Although millions of images of child sex abuse have been collected only 47 cases were passed on to Ceop by the UK's 52 police forces in 2010 - less than one per force.
In the cases which were passed to them Ceop helped rescue 22 victims.
Poor performance
Conservative MP Claire Perry who is on the Justice Select Committee said that the delay in introducing a national database was unacceptable:
"I don't think it is acceptable to wait another day to sort this problem out. Every day in this country we have children suffering the most appalling abuse and we have to stop that," Ms Perry said, adding that she would press ministers to bring in a national database without delay.
Figures obtained by Newsnight suggest that Britain is not in the top 10 countries for tracking down victims with the help of the Interpol database.
Norway with its population of only four million uses the agency's database to track down more victims than the whole of the UK.
Corrected for the size of population, Norway finds 33 victims per million inhabitants, Sweden 15, Canada six, and the Netherlands five.
Denmark, Australia and Belgium all find more than three, and the US, Switzerland and Germany all more than two.
The UK's figure is about 1.5 per million inhabitants.
Newsnight visited the headquarters of Interpol in Lyon with Mark Willams Thomas, a criminologist and former child protection detective.

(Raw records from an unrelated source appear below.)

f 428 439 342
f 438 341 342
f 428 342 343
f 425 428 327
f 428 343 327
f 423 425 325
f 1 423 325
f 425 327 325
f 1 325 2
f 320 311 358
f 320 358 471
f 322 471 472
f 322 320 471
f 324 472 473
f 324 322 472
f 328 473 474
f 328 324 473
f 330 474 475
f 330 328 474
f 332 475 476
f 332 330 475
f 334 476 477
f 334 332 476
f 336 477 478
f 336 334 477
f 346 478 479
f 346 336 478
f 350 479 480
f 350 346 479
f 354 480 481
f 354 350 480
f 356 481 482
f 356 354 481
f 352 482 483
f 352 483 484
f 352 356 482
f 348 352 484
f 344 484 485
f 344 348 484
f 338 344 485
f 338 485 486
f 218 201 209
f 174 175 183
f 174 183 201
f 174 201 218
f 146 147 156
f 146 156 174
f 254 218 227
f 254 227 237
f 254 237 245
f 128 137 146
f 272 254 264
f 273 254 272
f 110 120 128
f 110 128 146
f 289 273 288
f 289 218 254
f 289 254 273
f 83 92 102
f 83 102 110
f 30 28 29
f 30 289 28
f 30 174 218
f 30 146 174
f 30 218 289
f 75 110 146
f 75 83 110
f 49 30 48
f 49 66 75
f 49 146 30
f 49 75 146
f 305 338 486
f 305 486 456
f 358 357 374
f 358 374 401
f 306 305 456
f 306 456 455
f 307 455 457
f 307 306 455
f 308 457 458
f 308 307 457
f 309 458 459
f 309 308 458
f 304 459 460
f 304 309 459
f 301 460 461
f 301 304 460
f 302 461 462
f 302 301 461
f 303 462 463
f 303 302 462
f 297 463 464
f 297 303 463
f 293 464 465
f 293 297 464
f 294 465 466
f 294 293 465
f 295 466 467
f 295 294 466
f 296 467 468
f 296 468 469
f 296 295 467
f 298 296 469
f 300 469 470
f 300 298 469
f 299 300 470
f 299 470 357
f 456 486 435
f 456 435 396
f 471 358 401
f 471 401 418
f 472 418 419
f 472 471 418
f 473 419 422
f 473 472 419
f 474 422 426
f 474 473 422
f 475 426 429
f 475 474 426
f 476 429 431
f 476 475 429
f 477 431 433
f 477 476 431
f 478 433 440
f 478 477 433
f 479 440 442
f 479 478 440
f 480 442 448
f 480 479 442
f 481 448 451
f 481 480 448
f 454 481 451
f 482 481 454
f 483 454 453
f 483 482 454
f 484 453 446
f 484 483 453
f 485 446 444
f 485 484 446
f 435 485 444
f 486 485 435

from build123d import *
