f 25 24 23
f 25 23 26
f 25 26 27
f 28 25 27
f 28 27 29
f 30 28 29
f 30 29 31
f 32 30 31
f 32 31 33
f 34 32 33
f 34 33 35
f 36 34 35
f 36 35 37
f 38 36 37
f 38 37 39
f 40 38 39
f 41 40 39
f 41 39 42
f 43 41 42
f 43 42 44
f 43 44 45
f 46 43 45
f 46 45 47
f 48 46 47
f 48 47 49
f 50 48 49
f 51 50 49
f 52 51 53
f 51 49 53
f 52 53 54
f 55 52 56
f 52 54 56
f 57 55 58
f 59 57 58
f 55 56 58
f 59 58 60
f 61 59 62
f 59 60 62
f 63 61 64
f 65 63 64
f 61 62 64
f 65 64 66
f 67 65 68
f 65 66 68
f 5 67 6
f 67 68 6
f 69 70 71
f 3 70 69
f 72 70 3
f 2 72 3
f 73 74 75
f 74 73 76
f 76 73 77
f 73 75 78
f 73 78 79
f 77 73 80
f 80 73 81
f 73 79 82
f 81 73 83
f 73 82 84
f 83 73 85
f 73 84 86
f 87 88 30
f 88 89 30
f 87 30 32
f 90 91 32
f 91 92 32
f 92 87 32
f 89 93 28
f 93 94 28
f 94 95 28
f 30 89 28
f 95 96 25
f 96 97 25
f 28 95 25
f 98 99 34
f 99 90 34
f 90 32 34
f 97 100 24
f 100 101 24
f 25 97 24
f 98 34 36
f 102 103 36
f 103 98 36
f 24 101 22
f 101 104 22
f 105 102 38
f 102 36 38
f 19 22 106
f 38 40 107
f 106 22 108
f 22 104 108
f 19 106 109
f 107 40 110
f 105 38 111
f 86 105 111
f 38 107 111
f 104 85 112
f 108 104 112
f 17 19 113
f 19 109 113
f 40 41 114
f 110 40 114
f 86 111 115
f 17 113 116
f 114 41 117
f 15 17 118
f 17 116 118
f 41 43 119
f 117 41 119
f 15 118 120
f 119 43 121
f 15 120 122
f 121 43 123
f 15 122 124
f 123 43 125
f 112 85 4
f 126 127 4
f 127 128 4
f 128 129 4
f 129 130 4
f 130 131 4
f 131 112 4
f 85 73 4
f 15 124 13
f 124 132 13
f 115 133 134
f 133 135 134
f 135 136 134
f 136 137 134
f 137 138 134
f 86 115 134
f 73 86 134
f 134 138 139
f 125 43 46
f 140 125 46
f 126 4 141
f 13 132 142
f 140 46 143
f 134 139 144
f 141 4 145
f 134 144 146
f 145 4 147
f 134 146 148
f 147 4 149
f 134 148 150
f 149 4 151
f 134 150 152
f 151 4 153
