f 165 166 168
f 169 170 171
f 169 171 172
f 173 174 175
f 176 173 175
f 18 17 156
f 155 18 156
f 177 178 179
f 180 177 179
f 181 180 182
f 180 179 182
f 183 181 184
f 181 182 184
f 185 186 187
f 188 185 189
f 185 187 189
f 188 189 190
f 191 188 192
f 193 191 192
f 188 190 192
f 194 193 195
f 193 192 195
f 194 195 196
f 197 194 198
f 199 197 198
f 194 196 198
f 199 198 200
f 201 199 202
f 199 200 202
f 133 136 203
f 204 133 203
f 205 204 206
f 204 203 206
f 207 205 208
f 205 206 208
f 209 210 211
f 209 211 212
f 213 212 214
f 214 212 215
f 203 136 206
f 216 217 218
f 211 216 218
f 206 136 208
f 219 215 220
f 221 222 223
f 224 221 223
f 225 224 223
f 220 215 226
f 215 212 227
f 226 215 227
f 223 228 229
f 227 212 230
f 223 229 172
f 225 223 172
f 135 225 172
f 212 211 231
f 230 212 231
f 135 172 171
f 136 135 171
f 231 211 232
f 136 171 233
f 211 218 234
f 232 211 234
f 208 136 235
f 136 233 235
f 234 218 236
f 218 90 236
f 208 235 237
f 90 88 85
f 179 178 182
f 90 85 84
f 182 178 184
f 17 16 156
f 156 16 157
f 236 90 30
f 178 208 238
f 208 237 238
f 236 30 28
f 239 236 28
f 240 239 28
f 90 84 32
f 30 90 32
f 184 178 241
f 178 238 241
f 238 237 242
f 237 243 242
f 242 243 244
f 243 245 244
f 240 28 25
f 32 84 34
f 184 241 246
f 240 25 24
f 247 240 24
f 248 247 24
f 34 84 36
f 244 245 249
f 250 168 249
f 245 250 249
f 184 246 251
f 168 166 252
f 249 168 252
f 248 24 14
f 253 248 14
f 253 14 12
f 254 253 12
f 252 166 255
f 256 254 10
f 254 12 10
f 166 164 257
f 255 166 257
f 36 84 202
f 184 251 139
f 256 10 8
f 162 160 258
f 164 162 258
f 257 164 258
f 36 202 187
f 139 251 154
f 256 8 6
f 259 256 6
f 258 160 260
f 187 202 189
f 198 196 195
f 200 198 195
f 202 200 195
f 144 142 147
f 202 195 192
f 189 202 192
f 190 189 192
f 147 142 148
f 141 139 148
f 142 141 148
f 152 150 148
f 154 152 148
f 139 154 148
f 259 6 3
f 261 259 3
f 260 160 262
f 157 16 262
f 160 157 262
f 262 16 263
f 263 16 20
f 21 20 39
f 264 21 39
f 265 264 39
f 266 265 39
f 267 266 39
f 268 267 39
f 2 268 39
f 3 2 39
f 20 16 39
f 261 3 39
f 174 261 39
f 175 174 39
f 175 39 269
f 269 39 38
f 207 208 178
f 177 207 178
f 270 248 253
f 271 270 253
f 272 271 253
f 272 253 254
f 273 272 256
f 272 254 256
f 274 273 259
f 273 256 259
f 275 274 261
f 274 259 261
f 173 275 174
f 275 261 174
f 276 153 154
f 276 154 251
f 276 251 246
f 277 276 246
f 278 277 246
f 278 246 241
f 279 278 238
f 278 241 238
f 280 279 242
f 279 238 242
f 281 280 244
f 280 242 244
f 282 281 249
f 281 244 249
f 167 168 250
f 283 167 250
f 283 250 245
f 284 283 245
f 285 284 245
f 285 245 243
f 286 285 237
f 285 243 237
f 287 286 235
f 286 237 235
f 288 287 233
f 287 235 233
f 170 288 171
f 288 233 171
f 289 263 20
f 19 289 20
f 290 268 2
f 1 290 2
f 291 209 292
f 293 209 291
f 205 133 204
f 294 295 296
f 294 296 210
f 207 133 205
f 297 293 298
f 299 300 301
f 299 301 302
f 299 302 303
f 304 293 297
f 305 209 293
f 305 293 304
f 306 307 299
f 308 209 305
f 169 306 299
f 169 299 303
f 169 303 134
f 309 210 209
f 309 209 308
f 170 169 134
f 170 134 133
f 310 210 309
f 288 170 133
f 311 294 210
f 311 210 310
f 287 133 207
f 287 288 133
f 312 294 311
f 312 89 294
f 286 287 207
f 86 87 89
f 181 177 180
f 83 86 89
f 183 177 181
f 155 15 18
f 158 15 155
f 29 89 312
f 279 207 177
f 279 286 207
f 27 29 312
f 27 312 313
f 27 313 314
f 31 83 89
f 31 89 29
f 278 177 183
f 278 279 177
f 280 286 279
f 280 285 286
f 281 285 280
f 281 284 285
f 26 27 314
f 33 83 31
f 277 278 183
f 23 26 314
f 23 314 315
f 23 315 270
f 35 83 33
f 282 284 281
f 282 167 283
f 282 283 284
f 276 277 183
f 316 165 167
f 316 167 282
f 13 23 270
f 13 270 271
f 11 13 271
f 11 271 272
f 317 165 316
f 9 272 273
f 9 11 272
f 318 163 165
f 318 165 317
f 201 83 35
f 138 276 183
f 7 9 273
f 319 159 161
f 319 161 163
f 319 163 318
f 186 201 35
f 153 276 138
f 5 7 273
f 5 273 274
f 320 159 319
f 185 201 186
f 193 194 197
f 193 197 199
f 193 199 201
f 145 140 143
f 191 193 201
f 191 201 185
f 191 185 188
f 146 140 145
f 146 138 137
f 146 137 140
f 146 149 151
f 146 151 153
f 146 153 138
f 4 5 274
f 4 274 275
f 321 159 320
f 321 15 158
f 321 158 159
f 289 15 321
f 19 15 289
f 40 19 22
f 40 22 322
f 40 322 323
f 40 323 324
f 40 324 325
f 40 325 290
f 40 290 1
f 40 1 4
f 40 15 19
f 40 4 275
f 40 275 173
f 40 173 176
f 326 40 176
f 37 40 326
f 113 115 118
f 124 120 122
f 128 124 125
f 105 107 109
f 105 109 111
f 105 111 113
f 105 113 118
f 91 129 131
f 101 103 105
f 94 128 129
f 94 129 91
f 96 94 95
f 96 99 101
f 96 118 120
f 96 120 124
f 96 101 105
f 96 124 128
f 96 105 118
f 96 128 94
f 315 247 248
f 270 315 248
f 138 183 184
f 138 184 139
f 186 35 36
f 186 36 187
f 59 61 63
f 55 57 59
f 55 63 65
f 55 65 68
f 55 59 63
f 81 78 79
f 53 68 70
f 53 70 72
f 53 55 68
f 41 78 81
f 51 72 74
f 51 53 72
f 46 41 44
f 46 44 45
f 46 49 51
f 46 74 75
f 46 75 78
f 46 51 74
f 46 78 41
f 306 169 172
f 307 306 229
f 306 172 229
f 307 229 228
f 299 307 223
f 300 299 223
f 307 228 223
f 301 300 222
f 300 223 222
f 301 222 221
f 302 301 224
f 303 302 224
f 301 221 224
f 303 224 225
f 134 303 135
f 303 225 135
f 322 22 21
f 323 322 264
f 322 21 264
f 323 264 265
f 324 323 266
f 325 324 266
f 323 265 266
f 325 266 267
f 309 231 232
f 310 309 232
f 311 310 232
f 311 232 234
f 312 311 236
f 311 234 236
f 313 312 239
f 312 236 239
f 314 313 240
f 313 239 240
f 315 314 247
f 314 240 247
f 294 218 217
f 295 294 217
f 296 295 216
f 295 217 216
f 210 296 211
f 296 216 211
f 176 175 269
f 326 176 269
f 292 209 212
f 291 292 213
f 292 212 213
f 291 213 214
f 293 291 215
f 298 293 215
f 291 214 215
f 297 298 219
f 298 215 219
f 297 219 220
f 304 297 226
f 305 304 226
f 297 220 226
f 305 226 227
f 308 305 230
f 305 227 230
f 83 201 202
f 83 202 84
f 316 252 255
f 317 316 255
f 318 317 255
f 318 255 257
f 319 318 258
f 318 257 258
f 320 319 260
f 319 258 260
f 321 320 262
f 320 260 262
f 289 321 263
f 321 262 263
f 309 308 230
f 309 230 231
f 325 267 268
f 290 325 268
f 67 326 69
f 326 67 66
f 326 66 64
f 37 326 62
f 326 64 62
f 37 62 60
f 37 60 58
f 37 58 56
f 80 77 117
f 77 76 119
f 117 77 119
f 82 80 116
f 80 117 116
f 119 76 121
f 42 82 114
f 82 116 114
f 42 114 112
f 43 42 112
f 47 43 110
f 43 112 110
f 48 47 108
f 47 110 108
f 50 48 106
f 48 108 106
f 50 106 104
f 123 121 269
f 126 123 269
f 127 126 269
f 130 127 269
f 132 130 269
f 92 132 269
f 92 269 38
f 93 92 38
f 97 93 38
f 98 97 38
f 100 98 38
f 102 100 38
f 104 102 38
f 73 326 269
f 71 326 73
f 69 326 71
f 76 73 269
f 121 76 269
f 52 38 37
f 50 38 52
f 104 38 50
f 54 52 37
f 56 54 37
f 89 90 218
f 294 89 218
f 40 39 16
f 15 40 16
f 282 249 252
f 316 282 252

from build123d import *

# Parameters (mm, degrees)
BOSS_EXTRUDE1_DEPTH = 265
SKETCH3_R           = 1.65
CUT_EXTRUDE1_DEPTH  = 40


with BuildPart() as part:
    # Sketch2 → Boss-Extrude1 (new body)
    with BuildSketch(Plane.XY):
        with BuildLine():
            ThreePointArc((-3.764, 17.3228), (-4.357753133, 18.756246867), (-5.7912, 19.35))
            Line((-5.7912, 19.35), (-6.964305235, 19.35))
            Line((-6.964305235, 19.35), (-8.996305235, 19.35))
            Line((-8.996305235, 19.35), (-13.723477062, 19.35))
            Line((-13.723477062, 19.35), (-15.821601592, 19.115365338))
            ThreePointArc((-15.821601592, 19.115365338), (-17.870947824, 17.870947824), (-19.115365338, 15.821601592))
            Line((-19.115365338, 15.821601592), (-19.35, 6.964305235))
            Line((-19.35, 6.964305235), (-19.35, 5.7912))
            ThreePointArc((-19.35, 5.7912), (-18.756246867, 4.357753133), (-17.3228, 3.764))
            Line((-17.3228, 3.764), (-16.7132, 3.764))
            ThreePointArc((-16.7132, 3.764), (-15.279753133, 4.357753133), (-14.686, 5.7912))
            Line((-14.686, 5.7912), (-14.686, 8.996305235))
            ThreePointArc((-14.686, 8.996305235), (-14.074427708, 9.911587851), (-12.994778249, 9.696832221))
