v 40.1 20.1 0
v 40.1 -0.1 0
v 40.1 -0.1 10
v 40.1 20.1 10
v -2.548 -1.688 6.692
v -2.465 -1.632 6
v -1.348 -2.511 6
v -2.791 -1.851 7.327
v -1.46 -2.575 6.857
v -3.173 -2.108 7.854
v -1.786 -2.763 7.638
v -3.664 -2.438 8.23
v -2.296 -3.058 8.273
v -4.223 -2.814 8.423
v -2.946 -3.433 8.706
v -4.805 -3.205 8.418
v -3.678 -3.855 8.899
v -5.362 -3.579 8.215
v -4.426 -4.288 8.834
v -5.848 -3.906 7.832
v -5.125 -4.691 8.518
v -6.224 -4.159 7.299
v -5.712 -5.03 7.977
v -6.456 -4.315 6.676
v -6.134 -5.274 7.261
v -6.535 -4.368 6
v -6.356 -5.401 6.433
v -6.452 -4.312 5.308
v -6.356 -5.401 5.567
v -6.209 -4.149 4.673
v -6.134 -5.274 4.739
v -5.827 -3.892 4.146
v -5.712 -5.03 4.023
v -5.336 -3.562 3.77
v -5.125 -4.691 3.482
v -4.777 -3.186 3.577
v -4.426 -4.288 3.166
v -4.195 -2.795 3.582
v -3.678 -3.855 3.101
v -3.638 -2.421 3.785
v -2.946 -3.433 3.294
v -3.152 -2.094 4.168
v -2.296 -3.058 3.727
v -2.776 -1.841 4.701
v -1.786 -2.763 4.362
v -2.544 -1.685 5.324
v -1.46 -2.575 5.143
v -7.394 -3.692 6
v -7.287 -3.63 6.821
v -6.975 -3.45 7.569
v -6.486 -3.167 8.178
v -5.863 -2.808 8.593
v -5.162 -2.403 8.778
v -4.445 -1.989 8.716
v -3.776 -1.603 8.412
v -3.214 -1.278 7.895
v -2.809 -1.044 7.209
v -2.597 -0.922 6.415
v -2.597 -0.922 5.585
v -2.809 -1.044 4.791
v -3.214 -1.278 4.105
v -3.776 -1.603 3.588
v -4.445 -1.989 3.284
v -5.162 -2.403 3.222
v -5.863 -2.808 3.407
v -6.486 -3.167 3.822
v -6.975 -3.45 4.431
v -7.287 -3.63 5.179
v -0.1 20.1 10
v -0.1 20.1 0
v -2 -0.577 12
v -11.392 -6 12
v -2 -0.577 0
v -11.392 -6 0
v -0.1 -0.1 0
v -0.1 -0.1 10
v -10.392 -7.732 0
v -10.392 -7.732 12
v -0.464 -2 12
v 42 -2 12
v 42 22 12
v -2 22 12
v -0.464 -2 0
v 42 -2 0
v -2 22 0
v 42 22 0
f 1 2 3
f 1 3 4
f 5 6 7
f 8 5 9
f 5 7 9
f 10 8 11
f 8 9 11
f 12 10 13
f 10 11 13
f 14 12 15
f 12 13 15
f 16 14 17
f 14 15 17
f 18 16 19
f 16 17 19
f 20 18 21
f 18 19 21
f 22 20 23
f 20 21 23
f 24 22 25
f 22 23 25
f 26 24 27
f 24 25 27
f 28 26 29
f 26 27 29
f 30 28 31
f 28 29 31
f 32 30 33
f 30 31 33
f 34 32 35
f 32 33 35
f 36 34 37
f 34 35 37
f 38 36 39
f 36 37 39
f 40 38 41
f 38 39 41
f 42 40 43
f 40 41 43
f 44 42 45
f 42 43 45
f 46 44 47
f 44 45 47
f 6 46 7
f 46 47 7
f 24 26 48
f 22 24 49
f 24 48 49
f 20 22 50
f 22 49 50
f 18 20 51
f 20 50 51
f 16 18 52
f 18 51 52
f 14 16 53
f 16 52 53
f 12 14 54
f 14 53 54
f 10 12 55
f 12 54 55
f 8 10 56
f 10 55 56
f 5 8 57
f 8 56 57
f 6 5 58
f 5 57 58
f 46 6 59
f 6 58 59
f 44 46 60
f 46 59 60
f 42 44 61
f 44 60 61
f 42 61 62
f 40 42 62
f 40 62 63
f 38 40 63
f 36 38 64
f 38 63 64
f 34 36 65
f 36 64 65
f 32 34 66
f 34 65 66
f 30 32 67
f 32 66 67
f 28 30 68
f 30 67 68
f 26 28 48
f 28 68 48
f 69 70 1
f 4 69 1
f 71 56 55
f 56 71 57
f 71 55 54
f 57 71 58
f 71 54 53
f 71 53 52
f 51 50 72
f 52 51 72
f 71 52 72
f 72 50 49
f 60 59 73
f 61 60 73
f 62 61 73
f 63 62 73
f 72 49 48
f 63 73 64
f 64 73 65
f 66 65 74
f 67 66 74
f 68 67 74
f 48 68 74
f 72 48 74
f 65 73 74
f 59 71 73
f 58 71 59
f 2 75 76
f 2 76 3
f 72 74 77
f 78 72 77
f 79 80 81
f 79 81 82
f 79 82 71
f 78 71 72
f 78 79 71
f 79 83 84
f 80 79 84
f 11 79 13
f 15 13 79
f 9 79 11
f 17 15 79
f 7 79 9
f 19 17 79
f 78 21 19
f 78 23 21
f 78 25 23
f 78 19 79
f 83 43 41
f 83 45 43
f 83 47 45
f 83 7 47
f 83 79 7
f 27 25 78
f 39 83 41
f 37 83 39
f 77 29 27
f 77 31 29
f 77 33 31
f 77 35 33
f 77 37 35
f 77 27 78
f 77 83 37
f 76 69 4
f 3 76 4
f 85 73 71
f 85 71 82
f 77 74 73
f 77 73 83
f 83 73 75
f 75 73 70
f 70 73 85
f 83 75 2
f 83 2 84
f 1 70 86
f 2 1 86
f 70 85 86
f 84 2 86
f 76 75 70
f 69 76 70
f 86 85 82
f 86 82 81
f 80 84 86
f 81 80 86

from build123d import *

# Parameters (mm, degrees)
SKETCH001_W  = 44
SKETCH001_H  = 24
PAD_DEPTH    = 12
BOX_W        = 12
BOX_H        = 2
BOX_DEPTH    = 12
BOX001_W     = 40.2
BOX001_H     = 20.2
BOX001_DEPTH = 10


with BuildPart() as part:
    # Sketch001 → Pad (new body)
    with BuildSketch(Plane.XY):
        with Locations((20, 10)):
            Rectangle(SKETCH001_W, SKETCH001_H)
    extrude(amount=PAD_DEPTH)

    # Box → Box (join)
    with BuildSketch(Plane(origin=(-1, 0, 0), x_dir=(-0.866025, -0.5, 0), z_dir=(0, 0, 1))):
        with Locations((6, 1)):
            Rectangle(BOX_W, BOX_H)
    extrude(amount=BOX_DEPTH)

    # Box001 → Box001 (cut)
    with BuildSketch(Plane(origin=(-0.1, -0.1, 0), x_dir=(1, 0, 0), z_dir=(0, 0, 1))):
        with Locations((20.1, 10.1)):
            Rectangle(BOX001_W, BOX001_H)
    extrude(amount=BOX001_DEPTH, mode=Mode.SUBTRACT)

    # Cone → Cone (revolve, cut)
    with BuildSketch(Plane(origin=(-5, -2, 6), x_dir=(0.866025, 0.5, 0), z_dir=(0, 0, -1))):
        Polygon((0, 0), (2, 0), (3, 2.5), (0, 2.5), align=None)
    revolve(axis=Axis((-5, -2, 6), (0.5, -0.866025, 0)), mode=Mode.SUBTRACT)

    # Cone001 → Cone001 (revolve, cut)
    with BuildSketch(Plane(origin=(-4, -4, 6), x_dir=(-0.866025, -0.5, 0), z_dir=(0, 0, -1))):
        Polygon((0, 0), (2, 0), (3, 2.5), (0, 2.5), align=None)
    revolve(axis=Axis((-4, -4, 6), (-0.5, 0.866025, 0)), mode=Mode.SUBTRACT)


solid = part.part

In the agency's Victim Identification Suite, Interpol officers demonstrated how central databases and international co-operation can aid rapid identification.
Babies rescued
During our visit a new file of serious abuse on a five-year-old girl was uploaded from a European country. Because the officers could check the file against the database they knew that was a new assault.
MP Claire Perry on urgent need for a national child abuse database
"This is abuse, that's happening right now, right this minute" Mr Moran said "and we can do something about it".
Before the BBC team left the building, the unit had identified the country of origin, which was in North America, the city where the abuse had taken place and even clues as to the abuser's employer. The unit passed all the details on to local law enforcement.
They also showed how analysis of an image of a metro ticket in a picture had led to a police raid on a crèche in Spain where 10 babies were being abused and images of that abuse put on the internet. Two men were jailed and the young children were rescued.
There are still many images which they are not able to identify but Mick Moran told Newsnight that Interpol is now hoping to go a stage further and use citizen sleuths to help track down the paedophiles:
"We have a project" he said, to take details from the background of the pictures and "post the articles from the images up on our public website to ask the public to give us help".